Была в «Смене»[196] 2 раза. Прошлый раз читала. Ругали. Да, знаю, что много плохого. Но не хуже Лихарева[197], Гитовича[198] и Левоневского[199]. Почему же они так самодовольны? Какая духота, можно ли так дольше? Как они сами не понимают этого, что таким образом ничего не создашь, что это теплица, что нельзя никого вести на узде. Вот мне говорили о «тематической опасности»… Какая ерунда? Что такое «тематическая опасность»? «Сапожник», «Кузнец»? Почему так ограничивают? «Случай в истории небывалый». Эти ссорки, речи, эта вода в ступе. Нет, мне душно, я не могу больше. Надо уходить из ЛАПП’а скорее, и не [текст утрачен] <лич>ности своей… Пусть я чуждый элемент [текст утрачен] <не>вмоготу.

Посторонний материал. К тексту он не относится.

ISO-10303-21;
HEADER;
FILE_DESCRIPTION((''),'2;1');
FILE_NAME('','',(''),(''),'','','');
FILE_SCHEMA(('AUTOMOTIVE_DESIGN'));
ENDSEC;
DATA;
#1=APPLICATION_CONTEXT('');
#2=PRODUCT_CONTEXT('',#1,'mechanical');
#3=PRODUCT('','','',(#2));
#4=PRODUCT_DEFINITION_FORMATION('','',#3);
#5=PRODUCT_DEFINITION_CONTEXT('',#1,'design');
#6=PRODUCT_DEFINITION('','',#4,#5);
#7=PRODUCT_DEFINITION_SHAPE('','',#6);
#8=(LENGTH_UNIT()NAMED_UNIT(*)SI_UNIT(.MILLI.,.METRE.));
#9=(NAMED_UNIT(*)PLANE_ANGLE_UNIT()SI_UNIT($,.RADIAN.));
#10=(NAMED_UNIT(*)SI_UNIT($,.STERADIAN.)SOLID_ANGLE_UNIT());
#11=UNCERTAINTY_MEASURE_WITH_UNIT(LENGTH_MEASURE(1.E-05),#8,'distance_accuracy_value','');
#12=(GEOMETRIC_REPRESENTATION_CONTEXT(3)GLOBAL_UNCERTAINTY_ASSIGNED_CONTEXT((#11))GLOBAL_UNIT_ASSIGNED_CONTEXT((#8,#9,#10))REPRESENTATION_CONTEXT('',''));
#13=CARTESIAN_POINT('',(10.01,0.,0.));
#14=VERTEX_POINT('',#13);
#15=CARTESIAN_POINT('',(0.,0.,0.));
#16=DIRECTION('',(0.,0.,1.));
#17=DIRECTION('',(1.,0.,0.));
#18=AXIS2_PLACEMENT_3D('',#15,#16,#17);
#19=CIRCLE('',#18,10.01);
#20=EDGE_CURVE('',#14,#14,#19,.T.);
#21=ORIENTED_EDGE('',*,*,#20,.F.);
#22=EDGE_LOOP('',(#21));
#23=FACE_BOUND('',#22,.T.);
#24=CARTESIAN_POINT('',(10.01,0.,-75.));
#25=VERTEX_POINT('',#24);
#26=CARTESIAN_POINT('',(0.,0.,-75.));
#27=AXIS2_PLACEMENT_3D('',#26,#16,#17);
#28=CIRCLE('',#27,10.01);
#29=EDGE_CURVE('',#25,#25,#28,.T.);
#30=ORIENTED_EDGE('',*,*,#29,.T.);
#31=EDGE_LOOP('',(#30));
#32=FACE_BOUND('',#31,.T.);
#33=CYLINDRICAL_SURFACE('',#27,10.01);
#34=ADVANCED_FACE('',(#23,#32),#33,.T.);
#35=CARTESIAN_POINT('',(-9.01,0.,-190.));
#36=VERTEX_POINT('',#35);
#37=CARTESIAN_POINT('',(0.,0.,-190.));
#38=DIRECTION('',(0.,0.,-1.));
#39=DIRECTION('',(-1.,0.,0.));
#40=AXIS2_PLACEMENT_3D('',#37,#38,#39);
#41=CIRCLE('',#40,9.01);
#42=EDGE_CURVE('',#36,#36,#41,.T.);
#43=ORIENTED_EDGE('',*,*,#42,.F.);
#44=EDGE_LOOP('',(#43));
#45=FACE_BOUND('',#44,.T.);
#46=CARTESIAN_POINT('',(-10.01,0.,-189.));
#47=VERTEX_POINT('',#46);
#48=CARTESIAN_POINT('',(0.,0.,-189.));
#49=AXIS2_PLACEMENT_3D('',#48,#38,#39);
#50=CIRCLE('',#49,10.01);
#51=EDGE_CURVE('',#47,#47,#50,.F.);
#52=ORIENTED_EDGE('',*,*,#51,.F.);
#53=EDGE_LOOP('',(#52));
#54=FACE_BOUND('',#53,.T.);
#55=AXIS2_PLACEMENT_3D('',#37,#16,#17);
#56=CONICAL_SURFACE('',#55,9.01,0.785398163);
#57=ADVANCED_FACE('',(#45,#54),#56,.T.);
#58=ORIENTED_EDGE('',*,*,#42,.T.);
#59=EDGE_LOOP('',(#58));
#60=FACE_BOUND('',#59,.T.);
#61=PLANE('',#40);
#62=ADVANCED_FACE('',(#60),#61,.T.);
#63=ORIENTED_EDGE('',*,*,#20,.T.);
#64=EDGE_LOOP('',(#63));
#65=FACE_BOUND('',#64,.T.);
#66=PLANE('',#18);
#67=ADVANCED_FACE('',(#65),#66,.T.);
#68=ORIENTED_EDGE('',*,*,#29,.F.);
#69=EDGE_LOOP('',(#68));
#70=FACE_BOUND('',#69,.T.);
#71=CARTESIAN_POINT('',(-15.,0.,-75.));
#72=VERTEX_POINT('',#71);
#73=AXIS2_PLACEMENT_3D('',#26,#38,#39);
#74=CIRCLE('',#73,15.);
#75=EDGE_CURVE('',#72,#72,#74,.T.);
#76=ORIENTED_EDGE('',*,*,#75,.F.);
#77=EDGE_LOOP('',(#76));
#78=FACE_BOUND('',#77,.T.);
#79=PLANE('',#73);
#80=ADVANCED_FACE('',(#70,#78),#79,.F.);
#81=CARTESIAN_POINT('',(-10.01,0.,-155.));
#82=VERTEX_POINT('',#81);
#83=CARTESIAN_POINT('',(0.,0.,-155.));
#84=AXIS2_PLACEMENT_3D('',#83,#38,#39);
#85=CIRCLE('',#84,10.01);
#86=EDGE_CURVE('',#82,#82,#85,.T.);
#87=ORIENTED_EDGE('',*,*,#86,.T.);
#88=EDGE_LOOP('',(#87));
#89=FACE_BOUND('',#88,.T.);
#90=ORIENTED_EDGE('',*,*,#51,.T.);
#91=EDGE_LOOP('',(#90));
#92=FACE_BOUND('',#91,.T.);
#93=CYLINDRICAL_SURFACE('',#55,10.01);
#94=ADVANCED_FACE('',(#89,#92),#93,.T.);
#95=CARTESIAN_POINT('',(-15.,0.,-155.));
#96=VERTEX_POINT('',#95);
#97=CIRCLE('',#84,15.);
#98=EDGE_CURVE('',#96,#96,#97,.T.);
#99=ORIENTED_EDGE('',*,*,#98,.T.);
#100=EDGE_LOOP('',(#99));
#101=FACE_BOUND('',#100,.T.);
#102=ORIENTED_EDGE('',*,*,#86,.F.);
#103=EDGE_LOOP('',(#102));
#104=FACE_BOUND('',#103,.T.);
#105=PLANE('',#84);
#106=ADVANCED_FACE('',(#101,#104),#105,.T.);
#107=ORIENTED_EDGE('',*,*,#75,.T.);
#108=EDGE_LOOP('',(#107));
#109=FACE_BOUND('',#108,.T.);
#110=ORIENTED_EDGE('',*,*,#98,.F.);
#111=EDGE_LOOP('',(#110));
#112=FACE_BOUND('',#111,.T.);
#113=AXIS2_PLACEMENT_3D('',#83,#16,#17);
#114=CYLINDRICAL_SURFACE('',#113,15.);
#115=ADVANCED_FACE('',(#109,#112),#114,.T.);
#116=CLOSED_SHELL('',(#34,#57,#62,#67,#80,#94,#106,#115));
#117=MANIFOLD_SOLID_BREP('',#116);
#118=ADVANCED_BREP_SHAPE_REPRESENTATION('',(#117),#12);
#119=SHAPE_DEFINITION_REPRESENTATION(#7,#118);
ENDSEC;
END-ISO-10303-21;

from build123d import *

# Parameters (mm, degrees)
SKETCH1_R           = 10.01
BOSS_EXTRUDE1_DEPTH = 75
SKETCH2_R           = 15
BOSS_EXTRUDE2_DEPTH = 80
SKETCH3_R           = 10.01
BOSS_EXTRUDE3_DEPTH = 35
CHAMFER1_SIZE       = 1


with BuildPart() as part:
    # Sketch1 → Boss-Extrude1 (new body)
    with BuildSketch(Plane.XY):
        Circle(SKETCH1_R)
    extrude(amount=-BOSS_EXTRUDE1_DEPTH)

    # Sketch2 → Boss-Extrude2 (add)
    with BuildSketch(Plane(origin=(0, 0, -75), x_dir=(-1, 0, 0), z_dir=(0, 0, -1))):
        Circle(SKETCH2_R)
    extrude(amount=BOSS_EXTRUDE2_DEPTH)

    # Sketch3 → Boss-Extrude3 (add)
    with BuildSketch(Plane(origin=(0, 0, -155), x_dir=(-1, 0, 0), z_dir=(0, 0, -1))):
        Circle(SKETCH3_R)
    extrude(amount=BOSS_EXTRUDE3_DEPTH)

    # Chamfer1
    chamfer1_edges = [part.edges().sort_by_distance(p)[0] for p in [
        (10.01, 0, -190),
    ]]
    chamfer(chamfer1_edges, length=CHAMFER1_SIZE)


solid = part.part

[текст утрачен] <ст>ранно, чувствую себя в стихах смутно [текст утрачен] <с>трочки неорганизованы. Наверно [текст утрачен] илась с Данько[200]. Женщины, умные [текст утрачен] говорили о той же небывалой [текст утрачен] ливой жизни. Если я чувствую с ними тоже, это значит (ли), что я чуждый человек строительству. Леса мне лезут в глаза… Здания не вижу. Ною. Нет, надо в гущу жизни, мы просто оторвавшиеся. Но Ефремов?[201] Но зарезанный рассказ Бориса?[202] И много.
Теперь о моем плене, о доме. Сторож мой, Ирка, растет, улыбается и гукает. Как, как люблю ее… Какая радость — улыбка ее…

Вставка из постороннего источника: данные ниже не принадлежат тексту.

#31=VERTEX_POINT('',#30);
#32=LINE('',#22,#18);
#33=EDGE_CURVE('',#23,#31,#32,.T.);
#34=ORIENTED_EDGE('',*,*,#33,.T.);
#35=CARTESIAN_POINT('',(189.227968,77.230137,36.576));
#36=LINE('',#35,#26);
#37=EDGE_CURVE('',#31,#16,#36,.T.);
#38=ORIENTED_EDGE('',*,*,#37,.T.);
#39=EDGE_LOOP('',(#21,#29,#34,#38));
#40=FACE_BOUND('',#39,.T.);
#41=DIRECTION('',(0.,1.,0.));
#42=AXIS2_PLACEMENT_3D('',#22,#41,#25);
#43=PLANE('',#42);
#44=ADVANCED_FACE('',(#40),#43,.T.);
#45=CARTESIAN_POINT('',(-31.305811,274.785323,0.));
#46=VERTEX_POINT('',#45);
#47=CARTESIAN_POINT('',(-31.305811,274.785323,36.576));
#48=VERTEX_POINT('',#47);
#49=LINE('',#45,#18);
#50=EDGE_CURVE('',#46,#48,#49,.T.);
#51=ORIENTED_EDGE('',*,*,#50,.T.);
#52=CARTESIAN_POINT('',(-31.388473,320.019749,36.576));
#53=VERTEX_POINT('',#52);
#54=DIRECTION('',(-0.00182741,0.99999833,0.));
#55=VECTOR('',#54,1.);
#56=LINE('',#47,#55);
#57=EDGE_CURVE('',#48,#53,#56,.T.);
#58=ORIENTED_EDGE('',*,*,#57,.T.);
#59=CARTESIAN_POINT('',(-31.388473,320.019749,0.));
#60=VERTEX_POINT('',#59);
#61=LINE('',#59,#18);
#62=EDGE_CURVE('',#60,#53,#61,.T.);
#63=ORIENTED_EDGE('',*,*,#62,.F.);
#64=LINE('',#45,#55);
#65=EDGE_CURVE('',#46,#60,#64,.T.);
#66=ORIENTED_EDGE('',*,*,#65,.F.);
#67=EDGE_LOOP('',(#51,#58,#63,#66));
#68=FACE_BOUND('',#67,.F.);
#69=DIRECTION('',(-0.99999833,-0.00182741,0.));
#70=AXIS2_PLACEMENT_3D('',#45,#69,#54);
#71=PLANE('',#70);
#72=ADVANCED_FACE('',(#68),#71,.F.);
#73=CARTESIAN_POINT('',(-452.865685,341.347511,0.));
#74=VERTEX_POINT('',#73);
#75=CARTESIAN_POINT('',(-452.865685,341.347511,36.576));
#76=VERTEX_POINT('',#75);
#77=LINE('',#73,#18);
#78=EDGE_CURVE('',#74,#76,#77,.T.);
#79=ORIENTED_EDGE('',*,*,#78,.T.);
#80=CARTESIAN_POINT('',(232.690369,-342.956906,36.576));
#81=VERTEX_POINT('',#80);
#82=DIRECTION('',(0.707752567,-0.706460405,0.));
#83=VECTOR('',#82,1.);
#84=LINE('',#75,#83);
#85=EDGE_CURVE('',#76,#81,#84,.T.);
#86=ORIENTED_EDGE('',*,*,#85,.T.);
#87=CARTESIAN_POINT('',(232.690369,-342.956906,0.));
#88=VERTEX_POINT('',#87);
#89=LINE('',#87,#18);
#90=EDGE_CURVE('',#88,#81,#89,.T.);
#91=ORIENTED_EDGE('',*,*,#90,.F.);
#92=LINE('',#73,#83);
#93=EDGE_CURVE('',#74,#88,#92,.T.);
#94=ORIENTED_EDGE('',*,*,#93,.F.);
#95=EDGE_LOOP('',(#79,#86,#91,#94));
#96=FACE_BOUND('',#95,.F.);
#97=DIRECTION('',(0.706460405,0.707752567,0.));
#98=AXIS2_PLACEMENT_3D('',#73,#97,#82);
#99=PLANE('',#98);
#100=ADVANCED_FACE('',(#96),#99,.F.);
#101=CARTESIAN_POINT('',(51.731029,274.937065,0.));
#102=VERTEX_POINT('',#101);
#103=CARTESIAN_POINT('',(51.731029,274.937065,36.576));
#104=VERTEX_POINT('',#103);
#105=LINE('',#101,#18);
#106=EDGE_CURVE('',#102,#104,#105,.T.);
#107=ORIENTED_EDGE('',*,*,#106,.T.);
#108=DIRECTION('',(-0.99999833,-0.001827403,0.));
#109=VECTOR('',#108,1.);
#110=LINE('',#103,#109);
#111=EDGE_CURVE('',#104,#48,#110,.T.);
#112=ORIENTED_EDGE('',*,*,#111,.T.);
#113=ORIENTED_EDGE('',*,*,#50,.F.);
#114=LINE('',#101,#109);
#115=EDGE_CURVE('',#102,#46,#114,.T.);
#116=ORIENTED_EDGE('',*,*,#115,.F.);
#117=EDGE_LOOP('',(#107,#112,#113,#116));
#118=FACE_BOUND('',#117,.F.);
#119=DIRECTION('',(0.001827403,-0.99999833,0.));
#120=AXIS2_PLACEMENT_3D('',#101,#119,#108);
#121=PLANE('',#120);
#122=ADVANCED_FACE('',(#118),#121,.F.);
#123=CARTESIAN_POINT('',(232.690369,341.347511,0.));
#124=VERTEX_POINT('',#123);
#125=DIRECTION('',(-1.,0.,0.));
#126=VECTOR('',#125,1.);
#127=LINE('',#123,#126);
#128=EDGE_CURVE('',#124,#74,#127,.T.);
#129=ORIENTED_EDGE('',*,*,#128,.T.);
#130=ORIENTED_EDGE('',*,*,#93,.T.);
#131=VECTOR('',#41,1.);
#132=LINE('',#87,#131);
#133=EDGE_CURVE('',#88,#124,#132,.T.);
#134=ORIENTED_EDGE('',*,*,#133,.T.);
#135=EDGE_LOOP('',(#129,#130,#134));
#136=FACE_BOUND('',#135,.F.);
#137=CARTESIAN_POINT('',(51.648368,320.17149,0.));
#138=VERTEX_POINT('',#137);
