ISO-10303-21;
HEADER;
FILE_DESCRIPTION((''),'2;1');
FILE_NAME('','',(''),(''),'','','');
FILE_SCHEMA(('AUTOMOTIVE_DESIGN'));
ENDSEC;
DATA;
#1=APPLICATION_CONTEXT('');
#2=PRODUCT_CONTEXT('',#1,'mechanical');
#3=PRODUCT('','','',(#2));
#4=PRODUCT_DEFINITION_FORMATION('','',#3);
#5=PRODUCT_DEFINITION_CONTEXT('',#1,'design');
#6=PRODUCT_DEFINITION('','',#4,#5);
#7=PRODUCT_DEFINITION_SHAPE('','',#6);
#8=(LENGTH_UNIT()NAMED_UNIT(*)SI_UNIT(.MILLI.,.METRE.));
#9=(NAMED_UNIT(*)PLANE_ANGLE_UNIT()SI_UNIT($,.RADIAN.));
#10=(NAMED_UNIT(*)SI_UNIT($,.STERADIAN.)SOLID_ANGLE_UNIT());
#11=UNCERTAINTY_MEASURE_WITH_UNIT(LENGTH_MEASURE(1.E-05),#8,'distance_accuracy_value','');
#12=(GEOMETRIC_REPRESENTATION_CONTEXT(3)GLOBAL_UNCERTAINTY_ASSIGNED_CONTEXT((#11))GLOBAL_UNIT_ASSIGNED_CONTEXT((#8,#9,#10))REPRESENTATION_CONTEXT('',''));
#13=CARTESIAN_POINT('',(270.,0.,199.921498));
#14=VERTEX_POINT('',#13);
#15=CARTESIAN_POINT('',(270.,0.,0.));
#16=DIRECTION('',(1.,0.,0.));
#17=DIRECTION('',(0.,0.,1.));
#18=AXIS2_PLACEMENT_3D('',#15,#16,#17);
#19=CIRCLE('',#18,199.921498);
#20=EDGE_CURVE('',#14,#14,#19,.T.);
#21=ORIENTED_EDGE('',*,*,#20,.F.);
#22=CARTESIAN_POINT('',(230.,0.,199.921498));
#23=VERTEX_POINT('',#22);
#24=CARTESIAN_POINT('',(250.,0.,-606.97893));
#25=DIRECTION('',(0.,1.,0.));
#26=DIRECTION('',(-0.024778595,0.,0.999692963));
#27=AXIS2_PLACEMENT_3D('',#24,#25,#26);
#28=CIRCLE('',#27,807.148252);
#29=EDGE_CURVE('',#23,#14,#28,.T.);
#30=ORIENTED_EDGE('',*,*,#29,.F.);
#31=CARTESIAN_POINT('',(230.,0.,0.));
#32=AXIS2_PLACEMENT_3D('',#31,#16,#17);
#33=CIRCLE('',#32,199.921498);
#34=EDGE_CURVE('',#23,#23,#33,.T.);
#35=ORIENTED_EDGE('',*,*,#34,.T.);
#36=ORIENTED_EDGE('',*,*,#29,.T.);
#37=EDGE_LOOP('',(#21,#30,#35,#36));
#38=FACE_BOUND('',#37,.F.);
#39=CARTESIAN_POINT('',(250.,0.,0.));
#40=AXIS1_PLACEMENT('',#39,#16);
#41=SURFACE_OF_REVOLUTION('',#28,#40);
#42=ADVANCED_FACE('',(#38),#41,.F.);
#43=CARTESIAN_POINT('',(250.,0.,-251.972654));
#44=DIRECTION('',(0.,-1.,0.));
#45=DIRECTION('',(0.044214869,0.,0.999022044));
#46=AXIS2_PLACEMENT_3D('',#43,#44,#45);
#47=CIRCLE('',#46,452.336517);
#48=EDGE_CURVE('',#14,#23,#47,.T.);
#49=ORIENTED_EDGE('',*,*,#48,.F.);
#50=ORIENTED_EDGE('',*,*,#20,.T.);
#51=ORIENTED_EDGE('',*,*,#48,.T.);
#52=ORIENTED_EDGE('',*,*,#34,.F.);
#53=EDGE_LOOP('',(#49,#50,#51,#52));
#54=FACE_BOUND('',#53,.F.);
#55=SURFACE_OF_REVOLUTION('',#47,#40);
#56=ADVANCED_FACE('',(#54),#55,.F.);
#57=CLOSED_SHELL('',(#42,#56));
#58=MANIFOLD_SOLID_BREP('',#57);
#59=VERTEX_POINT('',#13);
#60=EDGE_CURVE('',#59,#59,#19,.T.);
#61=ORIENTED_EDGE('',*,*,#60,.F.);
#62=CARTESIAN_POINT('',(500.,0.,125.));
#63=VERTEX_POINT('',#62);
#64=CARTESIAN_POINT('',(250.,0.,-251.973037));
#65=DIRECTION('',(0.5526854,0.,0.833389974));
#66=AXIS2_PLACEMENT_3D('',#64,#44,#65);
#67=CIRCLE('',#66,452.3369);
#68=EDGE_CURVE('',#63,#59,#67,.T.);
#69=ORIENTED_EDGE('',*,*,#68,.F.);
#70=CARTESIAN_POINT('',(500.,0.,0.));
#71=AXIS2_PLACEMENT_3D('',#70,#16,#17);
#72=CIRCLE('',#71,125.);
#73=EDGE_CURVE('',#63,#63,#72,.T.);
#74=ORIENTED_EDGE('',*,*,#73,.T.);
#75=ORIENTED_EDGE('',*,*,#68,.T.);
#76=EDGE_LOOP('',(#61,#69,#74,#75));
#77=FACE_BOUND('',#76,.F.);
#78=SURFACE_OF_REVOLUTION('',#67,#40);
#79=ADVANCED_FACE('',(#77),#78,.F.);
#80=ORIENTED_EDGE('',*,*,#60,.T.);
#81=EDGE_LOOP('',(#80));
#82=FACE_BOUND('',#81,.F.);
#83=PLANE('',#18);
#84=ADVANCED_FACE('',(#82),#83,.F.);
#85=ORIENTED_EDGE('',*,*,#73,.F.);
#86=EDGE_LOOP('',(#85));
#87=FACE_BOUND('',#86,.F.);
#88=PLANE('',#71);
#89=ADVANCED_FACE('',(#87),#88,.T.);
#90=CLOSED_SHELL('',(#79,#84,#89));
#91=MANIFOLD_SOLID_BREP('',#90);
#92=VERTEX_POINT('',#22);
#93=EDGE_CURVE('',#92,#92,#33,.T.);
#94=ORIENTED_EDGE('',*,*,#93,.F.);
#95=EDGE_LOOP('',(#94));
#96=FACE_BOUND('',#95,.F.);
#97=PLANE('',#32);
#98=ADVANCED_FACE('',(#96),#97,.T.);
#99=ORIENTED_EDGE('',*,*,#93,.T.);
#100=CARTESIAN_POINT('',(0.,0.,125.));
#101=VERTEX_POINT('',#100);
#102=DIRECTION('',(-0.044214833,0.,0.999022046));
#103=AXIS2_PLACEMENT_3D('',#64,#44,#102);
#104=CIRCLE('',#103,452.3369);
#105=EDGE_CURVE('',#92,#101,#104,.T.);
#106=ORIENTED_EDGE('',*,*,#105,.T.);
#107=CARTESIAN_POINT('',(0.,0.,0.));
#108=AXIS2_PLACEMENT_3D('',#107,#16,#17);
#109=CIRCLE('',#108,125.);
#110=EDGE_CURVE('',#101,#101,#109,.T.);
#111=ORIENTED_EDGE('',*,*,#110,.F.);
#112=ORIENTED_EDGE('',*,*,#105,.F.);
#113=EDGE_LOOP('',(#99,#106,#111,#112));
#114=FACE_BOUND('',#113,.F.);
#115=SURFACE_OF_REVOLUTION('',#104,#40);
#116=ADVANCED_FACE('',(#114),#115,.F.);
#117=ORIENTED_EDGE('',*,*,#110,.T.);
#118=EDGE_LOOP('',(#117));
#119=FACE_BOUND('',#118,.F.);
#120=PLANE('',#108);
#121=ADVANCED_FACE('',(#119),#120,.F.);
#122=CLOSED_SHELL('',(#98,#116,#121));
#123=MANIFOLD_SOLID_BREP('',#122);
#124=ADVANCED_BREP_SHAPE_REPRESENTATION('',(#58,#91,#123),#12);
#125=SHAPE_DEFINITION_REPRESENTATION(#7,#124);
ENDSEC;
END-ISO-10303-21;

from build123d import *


with BuildPart() as f1:
    # F0 (on Front) → F1 (revolve)
    with BuildSketch(Plane.XZ):
        with BuildLine():
            ThreePointArc((230, 199.921498), (250, 200.169322), (270, 199.921498))
            ThreePointArc((270, 199.921498), (250, 200.363863), (230, 199.921498))
        make_face()
        with BuildLine():
            Line((230, 0), (230, 199.921498))
            ThreePointArc((230, 199.921498), (109.898937, 178.120398), (0, 125))
            Line((0, 125), (0, 0))
            Line((0, 0), (230, 0))
        make_face()
        with BuildLine():
            Line((500, 0), (500, 125))
            ThreePointArc((500, 125), (390.101063, 178.120398), (270, 199.921498))
            Line((270, 199.921498), (270, 0))
            Line((270, 0), (500, 0))
        make_face()
    revolve(axis=Axis((250, 0, 0), (1, 0, 0)))


solid = f1.part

Борис прочитал мои дневники. Сказал — уйду. Я поверила и почувствовала житейское горе и жизнь. Я плакала. Конечно, он не ушел. Но получил 2 письма от Татьяны[203]. Он переписывается с ней. Второе ее письмо заканчивалось — «целую. Твоя Танюрка». Я повторяю сотни раз это и страдаю. Она спрашивала, любит ли он ее… И всякое. Насчет того, что она ждет его приезда. Что мечты о совместной жизни, очевидно, не сбудутся. Каждая фраза мучит [текст утрачен] из-за них письмо Бориса, исполненное любв<и> [текст утрачен] Расстояние делает свое дело… А мне х [текст утрачен] перечитывать это взволнованное, нежно<е> [текст утрачен] Чтобы убедиться, как он обманыв [текст утрачен] отчаянно. Чтобы не любить его с [текст утрачен] глухое, тяжелое раздраж<ение> [текст утрачен] порывы нежности и жалости. Я верю тому, что он любит меня и никуда не денется. Мне хочется мучить его, говорить колкости. Наверно, это ревность, хотя мне кажется, что не люблю его. Зачем, зачем он так? Когда он в тот день бился и плакал около меня, и уверял, что много, единственно любит, — у меня было одно тоскливое желание: никого, никого не любить, ни его, ни дочь, никого. Ну вот, Ирка проснулась…
6/XII
Все еще тянется тоскливость, точно вода подо льдом и иногда прорывается. Она ни к чему и не нужна. Ведь мне хорошо жить. Но как хочется заниматься. О, зеленые лампы Публички! О, бюсты в пыли, запах книг, преходящие мысли — свои и чужие.
13/XII
Юлька[204] вчера была. Она говорит — надо жить легко и весело. И я хочу жить легко и весело. Она говорит, что мы слишком серьезно ко всему относимся. Это верно… Надо легче ко всему относиться, хотя бы к этому несчастному письму, тяжелый осадок которого до сих пор бродит во мне. Почему мне не дает жить эта провинциалка, даже само имя облеклось в какую-то смутную тяжесть? Мне жаль ее до отчаяния, до тоски. Хочется даже дружбы с ней. Господи! Представляю ее — и сердце становится маленьким. Хотела написать ей тепло и много. Нет, ей будет еще больнее. Какая скотина Борис… Сволочь. Не люблю! Безденежье. На мать[205] прямо смотреть не могу. Борис бегает, «устраивается». Сапоги у него рваные. Много пишет. Не учится. Кажется, исключили. А родители его[206] спят и видят, как он кончает «высшее образование». Надо бы написать им, но боюсь лицемерия и фальши.